Thatcher's Foreign Policy Beyond the Cold War

From South Africa sanctions to the Cambodian peace process — Thatcher's foreign policy was more complex than Cold War hawkishness alone.

South Africa and the Sanctions Debate

Thatcher's position on apartheid South Africa was one of her most controversial foreign policy stances. While she publicly condemned apartheid as 'morally wrong,' she consistently opposed economic sanctions against Pretoria. At the 1986 Commonwealth summit in London, she stood virtually alone against 48 other member states who demanded comprehensive sanctions. The image of Britain isolated within the Commonwealth was deeply uncomfortable for many British diplomats.

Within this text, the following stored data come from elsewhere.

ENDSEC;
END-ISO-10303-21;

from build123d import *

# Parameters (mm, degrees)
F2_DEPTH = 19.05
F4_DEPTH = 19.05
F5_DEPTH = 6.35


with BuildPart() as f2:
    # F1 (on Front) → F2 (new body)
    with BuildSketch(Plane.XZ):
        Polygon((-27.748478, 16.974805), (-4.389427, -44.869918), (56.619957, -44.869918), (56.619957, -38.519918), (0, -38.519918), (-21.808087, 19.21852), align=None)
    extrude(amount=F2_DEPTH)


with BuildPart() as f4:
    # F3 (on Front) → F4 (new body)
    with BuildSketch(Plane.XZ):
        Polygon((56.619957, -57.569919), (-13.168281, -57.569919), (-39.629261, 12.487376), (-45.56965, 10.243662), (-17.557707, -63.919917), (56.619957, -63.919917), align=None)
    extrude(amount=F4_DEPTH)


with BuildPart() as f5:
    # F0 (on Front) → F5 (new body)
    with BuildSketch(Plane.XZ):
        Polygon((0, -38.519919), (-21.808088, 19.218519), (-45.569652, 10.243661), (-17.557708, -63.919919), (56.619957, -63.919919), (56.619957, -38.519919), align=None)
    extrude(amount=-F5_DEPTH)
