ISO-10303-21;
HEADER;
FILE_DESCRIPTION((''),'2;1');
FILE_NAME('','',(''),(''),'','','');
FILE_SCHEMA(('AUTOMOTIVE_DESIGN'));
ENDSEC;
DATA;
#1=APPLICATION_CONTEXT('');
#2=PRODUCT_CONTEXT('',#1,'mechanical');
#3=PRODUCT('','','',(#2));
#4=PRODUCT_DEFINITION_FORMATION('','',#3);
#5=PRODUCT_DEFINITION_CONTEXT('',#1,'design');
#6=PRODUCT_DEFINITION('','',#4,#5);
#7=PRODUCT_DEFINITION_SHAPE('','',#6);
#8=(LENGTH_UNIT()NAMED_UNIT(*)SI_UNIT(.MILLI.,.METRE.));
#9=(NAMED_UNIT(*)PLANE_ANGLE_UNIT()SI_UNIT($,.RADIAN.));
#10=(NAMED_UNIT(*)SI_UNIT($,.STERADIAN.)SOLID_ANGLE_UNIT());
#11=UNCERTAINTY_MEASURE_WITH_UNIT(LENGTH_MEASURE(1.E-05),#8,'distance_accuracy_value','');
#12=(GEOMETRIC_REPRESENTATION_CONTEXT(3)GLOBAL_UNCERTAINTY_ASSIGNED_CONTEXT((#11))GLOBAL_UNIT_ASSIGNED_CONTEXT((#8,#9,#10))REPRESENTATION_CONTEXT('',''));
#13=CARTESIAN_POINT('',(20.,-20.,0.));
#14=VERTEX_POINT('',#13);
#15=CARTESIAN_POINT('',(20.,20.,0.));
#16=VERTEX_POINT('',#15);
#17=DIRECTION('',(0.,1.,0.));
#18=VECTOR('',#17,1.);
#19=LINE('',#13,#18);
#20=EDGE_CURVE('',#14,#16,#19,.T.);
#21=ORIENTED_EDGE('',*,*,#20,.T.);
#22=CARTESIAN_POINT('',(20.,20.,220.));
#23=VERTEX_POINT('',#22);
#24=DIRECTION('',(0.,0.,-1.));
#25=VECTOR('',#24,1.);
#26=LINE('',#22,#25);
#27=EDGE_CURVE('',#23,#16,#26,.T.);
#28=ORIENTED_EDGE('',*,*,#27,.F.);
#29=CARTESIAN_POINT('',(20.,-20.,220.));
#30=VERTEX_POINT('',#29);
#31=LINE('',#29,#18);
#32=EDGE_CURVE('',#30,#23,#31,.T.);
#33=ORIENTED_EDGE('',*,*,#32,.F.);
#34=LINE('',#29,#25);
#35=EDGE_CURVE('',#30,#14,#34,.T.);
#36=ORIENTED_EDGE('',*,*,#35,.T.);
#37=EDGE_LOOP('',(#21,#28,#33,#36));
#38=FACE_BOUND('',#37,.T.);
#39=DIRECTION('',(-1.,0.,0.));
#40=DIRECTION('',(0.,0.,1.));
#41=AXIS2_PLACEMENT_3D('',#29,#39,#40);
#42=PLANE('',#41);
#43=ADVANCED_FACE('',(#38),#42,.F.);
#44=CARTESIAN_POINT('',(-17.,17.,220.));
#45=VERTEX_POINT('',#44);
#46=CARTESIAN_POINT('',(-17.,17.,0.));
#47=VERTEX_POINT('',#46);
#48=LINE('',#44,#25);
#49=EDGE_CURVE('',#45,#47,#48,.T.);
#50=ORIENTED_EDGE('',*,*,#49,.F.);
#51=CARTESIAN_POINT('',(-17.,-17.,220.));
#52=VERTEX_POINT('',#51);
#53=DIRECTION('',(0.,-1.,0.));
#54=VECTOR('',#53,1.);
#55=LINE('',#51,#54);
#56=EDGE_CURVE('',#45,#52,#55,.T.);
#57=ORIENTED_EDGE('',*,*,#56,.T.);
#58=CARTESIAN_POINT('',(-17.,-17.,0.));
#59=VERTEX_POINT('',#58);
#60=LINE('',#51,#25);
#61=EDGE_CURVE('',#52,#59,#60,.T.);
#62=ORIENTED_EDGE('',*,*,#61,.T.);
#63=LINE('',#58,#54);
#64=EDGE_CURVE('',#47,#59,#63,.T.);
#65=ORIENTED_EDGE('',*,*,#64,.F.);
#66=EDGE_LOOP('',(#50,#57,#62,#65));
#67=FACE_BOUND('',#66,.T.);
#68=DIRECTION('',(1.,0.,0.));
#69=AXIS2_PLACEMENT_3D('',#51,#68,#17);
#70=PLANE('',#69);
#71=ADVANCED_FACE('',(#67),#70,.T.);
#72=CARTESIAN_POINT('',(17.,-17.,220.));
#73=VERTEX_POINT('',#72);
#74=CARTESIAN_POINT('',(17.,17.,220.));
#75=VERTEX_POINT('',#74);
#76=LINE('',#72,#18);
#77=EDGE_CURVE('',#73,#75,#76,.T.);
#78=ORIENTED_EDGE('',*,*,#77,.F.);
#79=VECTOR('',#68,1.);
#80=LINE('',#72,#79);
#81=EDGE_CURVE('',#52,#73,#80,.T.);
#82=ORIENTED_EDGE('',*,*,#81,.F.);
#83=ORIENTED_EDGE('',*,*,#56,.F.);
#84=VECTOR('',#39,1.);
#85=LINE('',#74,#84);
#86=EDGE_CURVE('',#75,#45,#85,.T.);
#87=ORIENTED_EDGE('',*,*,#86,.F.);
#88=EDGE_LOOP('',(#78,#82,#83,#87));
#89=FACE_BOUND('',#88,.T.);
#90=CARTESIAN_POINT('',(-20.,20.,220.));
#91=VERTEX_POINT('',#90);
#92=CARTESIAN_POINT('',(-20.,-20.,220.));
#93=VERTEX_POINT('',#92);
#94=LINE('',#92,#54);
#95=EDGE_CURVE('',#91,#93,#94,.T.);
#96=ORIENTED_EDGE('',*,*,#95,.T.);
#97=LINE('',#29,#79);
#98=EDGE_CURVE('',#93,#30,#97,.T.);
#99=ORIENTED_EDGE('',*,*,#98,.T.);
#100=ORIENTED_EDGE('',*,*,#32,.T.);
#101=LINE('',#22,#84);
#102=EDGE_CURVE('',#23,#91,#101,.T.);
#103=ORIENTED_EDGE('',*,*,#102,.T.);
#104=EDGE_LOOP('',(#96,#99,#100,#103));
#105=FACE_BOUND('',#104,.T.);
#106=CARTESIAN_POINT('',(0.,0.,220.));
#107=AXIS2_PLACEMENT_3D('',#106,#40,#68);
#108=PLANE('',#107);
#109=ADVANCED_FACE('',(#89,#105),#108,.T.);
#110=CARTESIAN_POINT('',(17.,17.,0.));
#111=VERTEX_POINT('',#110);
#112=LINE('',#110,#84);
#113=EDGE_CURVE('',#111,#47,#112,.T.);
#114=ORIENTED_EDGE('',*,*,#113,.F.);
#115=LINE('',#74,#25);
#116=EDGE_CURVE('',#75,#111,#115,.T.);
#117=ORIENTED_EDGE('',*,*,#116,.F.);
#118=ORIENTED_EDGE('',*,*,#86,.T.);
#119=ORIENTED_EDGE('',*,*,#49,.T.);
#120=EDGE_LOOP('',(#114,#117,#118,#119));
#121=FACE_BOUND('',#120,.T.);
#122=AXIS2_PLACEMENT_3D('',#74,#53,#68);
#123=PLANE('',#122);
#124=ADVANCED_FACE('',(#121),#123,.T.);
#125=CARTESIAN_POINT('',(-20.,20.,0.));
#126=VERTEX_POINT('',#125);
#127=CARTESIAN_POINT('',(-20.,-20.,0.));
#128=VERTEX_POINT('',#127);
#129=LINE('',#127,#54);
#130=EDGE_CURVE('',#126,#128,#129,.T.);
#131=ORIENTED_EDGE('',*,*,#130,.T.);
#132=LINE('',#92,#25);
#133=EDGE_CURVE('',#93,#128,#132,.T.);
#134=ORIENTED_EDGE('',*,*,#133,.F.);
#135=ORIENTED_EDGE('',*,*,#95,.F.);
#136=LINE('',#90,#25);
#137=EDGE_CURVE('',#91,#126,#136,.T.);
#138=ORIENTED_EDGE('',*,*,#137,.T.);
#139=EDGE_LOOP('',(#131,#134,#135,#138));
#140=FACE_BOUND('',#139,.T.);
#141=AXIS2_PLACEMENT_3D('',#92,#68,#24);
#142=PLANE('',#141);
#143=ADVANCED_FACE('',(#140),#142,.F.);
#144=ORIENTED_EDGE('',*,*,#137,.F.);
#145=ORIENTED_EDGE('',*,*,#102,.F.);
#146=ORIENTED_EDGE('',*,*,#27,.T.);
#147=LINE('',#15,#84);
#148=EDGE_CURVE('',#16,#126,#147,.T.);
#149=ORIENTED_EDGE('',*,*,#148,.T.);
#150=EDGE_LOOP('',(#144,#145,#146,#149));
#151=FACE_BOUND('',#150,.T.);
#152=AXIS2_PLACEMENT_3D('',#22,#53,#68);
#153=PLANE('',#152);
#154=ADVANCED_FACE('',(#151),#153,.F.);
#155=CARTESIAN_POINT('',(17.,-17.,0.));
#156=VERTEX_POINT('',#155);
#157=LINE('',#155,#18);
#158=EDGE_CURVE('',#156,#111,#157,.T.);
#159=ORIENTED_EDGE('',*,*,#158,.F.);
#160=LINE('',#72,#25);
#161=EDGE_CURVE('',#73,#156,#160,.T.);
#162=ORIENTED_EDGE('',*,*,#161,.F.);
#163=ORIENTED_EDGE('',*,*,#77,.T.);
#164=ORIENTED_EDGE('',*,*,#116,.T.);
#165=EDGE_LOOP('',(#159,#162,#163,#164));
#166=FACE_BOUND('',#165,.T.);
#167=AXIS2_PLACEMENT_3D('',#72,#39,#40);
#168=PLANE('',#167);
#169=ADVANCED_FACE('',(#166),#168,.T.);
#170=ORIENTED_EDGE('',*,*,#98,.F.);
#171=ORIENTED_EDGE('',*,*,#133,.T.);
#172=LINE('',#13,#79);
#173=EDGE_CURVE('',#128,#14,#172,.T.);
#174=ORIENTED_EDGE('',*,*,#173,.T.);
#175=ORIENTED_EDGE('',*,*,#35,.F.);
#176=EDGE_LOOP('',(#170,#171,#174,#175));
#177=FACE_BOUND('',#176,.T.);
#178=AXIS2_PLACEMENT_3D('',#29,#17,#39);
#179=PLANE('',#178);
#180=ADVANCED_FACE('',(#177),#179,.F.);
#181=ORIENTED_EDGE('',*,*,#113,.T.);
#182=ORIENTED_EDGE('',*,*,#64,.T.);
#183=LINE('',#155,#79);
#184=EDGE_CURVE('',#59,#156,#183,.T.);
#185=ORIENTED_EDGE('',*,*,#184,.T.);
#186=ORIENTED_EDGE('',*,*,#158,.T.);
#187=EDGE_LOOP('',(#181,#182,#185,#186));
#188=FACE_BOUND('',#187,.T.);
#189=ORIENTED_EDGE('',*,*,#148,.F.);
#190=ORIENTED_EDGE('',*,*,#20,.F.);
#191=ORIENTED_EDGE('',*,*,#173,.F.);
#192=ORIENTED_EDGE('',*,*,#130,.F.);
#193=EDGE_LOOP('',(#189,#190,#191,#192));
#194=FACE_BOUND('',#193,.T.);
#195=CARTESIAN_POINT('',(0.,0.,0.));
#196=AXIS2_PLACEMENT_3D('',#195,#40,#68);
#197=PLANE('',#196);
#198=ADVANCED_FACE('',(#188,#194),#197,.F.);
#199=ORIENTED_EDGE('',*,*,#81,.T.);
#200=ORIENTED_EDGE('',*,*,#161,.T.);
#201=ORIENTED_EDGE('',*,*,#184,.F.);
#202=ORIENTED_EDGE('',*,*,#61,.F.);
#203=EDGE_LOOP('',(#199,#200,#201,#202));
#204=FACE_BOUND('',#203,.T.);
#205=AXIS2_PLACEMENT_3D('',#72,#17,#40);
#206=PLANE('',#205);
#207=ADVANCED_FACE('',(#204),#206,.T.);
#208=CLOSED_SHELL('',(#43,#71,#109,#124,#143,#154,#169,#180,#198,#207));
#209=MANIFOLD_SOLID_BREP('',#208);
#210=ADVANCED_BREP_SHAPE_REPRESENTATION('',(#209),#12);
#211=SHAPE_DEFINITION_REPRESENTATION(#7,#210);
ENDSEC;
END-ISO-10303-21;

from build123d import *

# Parameters (mm, degrees)
SKETCH1_W           = 40
SKETCH1_H           = 40
SKETCH1_W_2         = 34
SKETCH1_H_2         = 34
BOSS_EXTRUDE1_DEPTH = 220


with BuildPart() as part:
    # Sketch1 → Boss-Extrude1 (new body)
    with BuildSketch(Plane.XY):
        Rectangle(SKETCH1_W, SKETCH1_H)
        Rectangle(SKETCH1_W_2, SKETCH1_H_2, mode=Mode.SUBTRACT)
    extrude(amount=BOSS_EXTRUDE1_DEPTH)


solid = part.part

Her arguments against sanctions were threefold. First, she believed sanctions would hurt black South Africans more than the white regime — unemployment and poverty would increase while the government survived. Second, she feared that destabilizing white South Africa would create a vacuum filled by Soviet influence in a strategically important region. Third, Britain had substantial economic interests in South Africa that sanctions would damage.

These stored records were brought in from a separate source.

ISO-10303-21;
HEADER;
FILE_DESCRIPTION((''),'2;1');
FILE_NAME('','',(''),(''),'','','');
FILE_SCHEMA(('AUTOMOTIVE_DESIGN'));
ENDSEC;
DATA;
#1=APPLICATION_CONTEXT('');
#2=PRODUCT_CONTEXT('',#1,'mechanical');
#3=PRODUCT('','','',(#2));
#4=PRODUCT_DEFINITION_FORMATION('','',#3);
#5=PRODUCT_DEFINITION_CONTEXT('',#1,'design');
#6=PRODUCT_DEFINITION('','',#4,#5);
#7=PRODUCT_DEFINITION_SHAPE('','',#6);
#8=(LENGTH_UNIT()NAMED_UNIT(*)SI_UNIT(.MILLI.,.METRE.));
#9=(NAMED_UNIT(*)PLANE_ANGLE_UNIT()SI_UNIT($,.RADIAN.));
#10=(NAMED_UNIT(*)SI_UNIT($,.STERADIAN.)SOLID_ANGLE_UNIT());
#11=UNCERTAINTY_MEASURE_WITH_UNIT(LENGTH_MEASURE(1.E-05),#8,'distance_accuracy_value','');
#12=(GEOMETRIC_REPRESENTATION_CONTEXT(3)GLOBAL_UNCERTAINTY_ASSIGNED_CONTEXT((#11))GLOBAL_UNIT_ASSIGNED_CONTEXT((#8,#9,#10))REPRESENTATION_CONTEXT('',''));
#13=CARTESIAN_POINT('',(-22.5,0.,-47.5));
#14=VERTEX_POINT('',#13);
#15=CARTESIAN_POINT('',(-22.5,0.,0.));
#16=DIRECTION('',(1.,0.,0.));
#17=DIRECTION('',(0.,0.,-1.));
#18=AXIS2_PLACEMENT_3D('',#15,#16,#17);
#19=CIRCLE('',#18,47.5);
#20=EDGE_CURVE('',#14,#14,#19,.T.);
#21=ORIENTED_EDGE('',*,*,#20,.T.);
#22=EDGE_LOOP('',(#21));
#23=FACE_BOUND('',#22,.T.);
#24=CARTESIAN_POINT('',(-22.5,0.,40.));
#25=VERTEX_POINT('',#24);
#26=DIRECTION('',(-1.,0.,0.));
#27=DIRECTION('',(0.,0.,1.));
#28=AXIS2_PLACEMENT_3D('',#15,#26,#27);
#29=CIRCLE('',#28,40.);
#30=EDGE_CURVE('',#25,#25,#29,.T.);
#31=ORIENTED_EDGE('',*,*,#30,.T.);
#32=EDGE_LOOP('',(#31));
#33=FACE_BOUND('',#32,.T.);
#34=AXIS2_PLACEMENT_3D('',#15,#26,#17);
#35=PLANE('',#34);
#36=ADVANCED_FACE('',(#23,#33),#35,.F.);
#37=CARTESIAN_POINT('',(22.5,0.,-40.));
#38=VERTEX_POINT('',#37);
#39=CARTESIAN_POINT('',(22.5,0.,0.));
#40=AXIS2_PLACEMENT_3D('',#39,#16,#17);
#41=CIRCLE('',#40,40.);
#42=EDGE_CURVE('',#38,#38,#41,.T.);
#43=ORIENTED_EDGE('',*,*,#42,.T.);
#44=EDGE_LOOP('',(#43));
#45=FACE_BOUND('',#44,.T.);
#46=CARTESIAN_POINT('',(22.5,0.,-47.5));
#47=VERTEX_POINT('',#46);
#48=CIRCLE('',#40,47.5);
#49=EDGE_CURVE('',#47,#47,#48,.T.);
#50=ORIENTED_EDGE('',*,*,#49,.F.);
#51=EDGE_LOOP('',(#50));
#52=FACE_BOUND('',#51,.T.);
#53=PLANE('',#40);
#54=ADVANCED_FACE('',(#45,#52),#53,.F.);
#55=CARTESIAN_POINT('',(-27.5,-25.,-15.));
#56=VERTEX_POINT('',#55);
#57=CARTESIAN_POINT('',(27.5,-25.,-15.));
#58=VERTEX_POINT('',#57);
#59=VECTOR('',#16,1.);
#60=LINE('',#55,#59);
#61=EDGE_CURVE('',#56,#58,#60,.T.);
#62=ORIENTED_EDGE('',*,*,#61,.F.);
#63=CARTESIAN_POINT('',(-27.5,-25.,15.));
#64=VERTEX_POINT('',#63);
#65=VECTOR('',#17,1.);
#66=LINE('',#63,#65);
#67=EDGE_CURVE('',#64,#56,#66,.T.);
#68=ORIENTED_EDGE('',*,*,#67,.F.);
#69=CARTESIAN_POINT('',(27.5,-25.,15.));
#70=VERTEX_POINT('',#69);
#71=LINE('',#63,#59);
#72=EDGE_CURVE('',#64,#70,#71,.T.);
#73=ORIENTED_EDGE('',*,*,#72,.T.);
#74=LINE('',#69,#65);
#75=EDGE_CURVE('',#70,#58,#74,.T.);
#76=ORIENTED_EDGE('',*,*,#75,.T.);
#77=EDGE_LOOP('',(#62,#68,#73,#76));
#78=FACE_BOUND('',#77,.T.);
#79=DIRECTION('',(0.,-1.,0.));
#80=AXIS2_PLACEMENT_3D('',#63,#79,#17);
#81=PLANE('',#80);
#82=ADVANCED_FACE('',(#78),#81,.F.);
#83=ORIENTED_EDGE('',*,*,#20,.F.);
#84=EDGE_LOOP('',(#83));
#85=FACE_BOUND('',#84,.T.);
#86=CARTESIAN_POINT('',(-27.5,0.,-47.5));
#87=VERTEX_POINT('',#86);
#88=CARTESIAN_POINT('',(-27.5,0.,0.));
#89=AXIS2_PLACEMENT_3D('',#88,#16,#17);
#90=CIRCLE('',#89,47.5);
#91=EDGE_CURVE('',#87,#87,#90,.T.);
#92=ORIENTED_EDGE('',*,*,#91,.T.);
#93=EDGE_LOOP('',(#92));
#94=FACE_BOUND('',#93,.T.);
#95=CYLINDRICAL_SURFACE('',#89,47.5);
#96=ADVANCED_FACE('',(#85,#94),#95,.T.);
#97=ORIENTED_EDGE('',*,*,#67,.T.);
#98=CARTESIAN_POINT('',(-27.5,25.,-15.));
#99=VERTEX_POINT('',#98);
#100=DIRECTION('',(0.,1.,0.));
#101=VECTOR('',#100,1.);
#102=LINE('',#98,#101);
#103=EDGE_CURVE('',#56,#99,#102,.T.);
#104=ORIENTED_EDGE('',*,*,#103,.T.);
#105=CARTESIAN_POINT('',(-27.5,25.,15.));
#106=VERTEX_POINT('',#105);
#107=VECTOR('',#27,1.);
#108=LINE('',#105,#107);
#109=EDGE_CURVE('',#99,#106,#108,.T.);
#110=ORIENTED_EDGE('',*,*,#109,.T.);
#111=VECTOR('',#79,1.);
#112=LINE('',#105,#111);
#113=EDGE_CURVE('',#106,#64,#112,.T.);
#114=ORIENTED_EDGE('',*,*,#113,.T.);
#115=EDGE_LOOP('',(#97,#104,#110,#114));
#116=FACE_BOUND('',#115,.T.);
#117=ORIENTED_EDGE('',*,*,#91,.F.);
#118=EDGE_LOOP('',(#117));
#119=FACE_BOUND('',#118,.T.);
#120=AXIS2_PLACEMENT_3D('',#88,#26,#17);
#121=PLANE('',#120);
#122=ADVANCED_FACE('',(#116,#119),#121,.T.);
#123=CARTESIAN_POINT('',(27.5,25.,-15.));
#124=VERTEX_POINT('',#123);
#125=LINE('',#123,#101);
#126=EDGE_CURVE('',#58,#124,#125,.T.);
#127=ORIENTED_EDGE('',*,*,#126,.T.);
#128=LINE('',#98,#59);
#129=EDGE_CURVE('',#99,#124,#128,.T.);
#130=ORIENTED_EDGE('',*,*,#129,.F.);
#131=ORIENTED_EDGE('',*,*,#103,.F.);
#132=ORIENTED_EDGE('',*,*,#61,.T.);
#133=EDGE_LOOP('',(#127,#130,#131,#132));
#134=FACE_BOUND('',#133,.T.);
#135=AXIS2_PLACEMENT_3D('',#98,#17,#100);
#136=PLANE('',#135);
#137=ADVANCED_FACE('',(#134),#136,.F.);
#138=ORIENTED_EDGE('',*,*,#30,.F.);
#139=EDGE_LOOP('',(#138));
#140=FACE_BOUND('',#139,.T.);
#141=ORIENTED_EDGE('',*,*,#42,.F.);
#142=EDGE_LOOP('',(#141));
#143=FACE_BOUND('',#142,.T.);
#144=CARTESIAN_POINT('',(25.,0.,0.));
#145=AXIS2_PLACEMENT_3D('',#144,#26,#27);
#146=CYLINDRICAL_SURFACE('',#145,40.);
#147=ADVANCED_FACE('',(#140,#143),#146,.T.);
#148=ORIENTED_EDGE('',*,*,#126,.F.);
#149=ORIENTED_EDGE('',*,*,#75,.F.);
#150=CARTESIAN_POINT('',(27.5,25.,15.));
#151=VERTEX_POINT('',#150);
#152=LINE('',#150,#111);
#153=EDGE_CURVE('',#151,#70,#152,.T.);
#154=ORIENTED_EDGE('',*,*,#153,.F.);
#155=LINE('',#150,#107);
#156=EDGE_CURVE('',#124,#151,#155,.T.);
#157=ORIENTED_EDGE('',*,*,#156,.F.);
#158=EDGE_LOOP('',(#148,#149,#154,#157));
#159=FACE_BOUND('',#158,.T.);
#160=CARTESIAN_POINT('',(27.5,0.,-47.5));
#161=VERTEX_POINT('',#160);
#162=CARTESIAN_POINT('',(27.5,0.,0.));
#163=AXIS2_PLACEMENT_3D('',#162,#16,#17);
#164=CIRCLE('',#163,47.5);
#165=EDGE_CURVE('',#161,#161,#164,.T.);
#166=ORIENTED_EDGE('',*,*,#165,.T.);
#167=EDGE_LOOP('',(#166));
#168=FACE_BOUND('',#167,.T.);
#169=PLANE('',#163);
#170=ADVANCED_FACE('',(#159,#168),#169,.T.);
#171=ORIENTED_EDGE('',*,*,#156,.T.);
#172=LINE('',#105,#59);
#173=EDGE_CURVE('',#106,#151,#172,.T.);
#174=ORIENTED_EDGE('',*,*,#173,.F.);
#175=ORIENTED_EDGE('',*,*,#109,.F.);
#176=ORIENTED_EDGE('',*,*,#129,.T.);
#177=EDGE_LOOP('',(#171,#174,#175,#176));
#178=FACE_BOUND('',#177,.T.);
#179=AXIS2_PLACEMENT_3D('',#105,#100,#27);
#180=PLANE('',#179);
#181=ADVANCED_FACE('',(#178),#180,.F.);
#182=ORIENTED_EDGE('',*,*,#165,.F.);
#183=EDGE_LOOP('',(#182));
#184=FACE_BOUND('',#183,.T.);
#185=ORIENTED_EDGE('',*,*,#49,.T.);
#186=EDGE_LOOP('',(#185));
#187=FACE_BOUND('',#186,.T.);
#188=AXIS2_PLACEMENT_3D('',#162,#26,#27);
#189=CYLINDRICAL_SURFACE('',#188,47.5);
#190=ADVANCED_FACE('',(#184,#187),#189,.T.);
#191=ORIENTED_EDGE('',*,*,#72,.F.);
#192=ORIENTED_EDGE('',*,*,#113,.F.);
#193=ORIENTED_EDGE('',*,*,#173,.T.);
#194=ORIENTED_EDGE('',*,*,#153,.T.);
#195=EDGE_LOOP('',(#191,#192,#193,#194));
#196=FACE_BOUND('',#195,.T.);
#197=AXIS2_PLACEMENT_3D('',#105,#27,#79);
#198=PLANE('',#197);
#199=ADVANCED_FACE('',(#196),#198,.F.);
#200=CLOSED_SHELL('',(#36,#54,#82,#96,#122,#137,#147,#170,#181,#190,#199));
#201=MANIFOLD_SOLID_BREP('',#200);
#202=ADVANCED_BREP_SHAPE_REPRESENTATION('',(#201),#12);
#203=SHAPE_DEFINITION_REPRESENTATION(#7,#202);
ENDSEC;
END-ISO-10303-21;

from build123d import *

# Parameters (mm, degrees)
SKETCH2_R               = 40
BOSS_EXTRUDE1_DEPTH     = 25
SKETCH3_R               = 47.5
BOSS_EXTRUDE2_DEPTH     = 2.5
CUT_EXTRUDE1_DEPTH      = 86.256964525
CUT_EXTRUDE1_DEPTH_BACK = 86.256964525
SKETCH4_W               = 30
SKETCH4_H               = 50


with BuildPart() as part:
    # Sketch2 → Boss-Extrude1 (new, symmetric)
    with BuildSketch(Plane(origin=(0, 0, 0), x_dir=(0, 0, -1), z_dir=(1, 0, 0))):
        Circle(SKETCH2_R)
    extrude(amount=BOSS_EXTRUDE1_DEPTH, both=True)

    # Sketch3 → Boss-Extrude2 (add, symmetric)
    with BuildSketch(Plane(origin=(25, 0, 0), x_dir=(0, 0, -1), z_dir=(1, 0, 0))):
        Circle(SKETCH3_R)
    boss_extrude2 = extrude(amount=BOSS_EXTRUDE2_DEPTH, both=True)

    # Mirror1: Boss-Extrude2 across plane
    add(boss_extrude2.mirror(Plane(origin=(0, 0, 0), x_dir=(0, 0, 1), z_dir=(1, 0, 0))))

    # Sketch4 → Cut-Extrude1 (cut, two sides: drawn at the far end of the back side and taken through both)
    with BuildSketch(Plane(origin=(25, 0, 0), x_dir=(0, 0, -1), z_dir=(1, 0, 0)).offset(-CUT_EXTRUDE1_DEPTH_BACK)):
        Rectangle(SKETCH4_W, SKETCH4_H)
    extrude(amount=CUT_EXTRUDE1_DEPTH + CUT_EXTRUDE1_DEPTH_BACK, mode=Mode.SUBTRACT)


solid = part.part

Critics pointed out that Nelson Mandela and the ANC explicitly called for sanctions, arguing that the people most affected by apartheid wanted them. Thatcher's description of the ANC as 'a typical terrorist organization' in 1987 was widely condemned and has not aged well. When Mandela was released in 1990 and apartheid ended, the sanctions Thatcher opposed were widely credited as a contributing factor.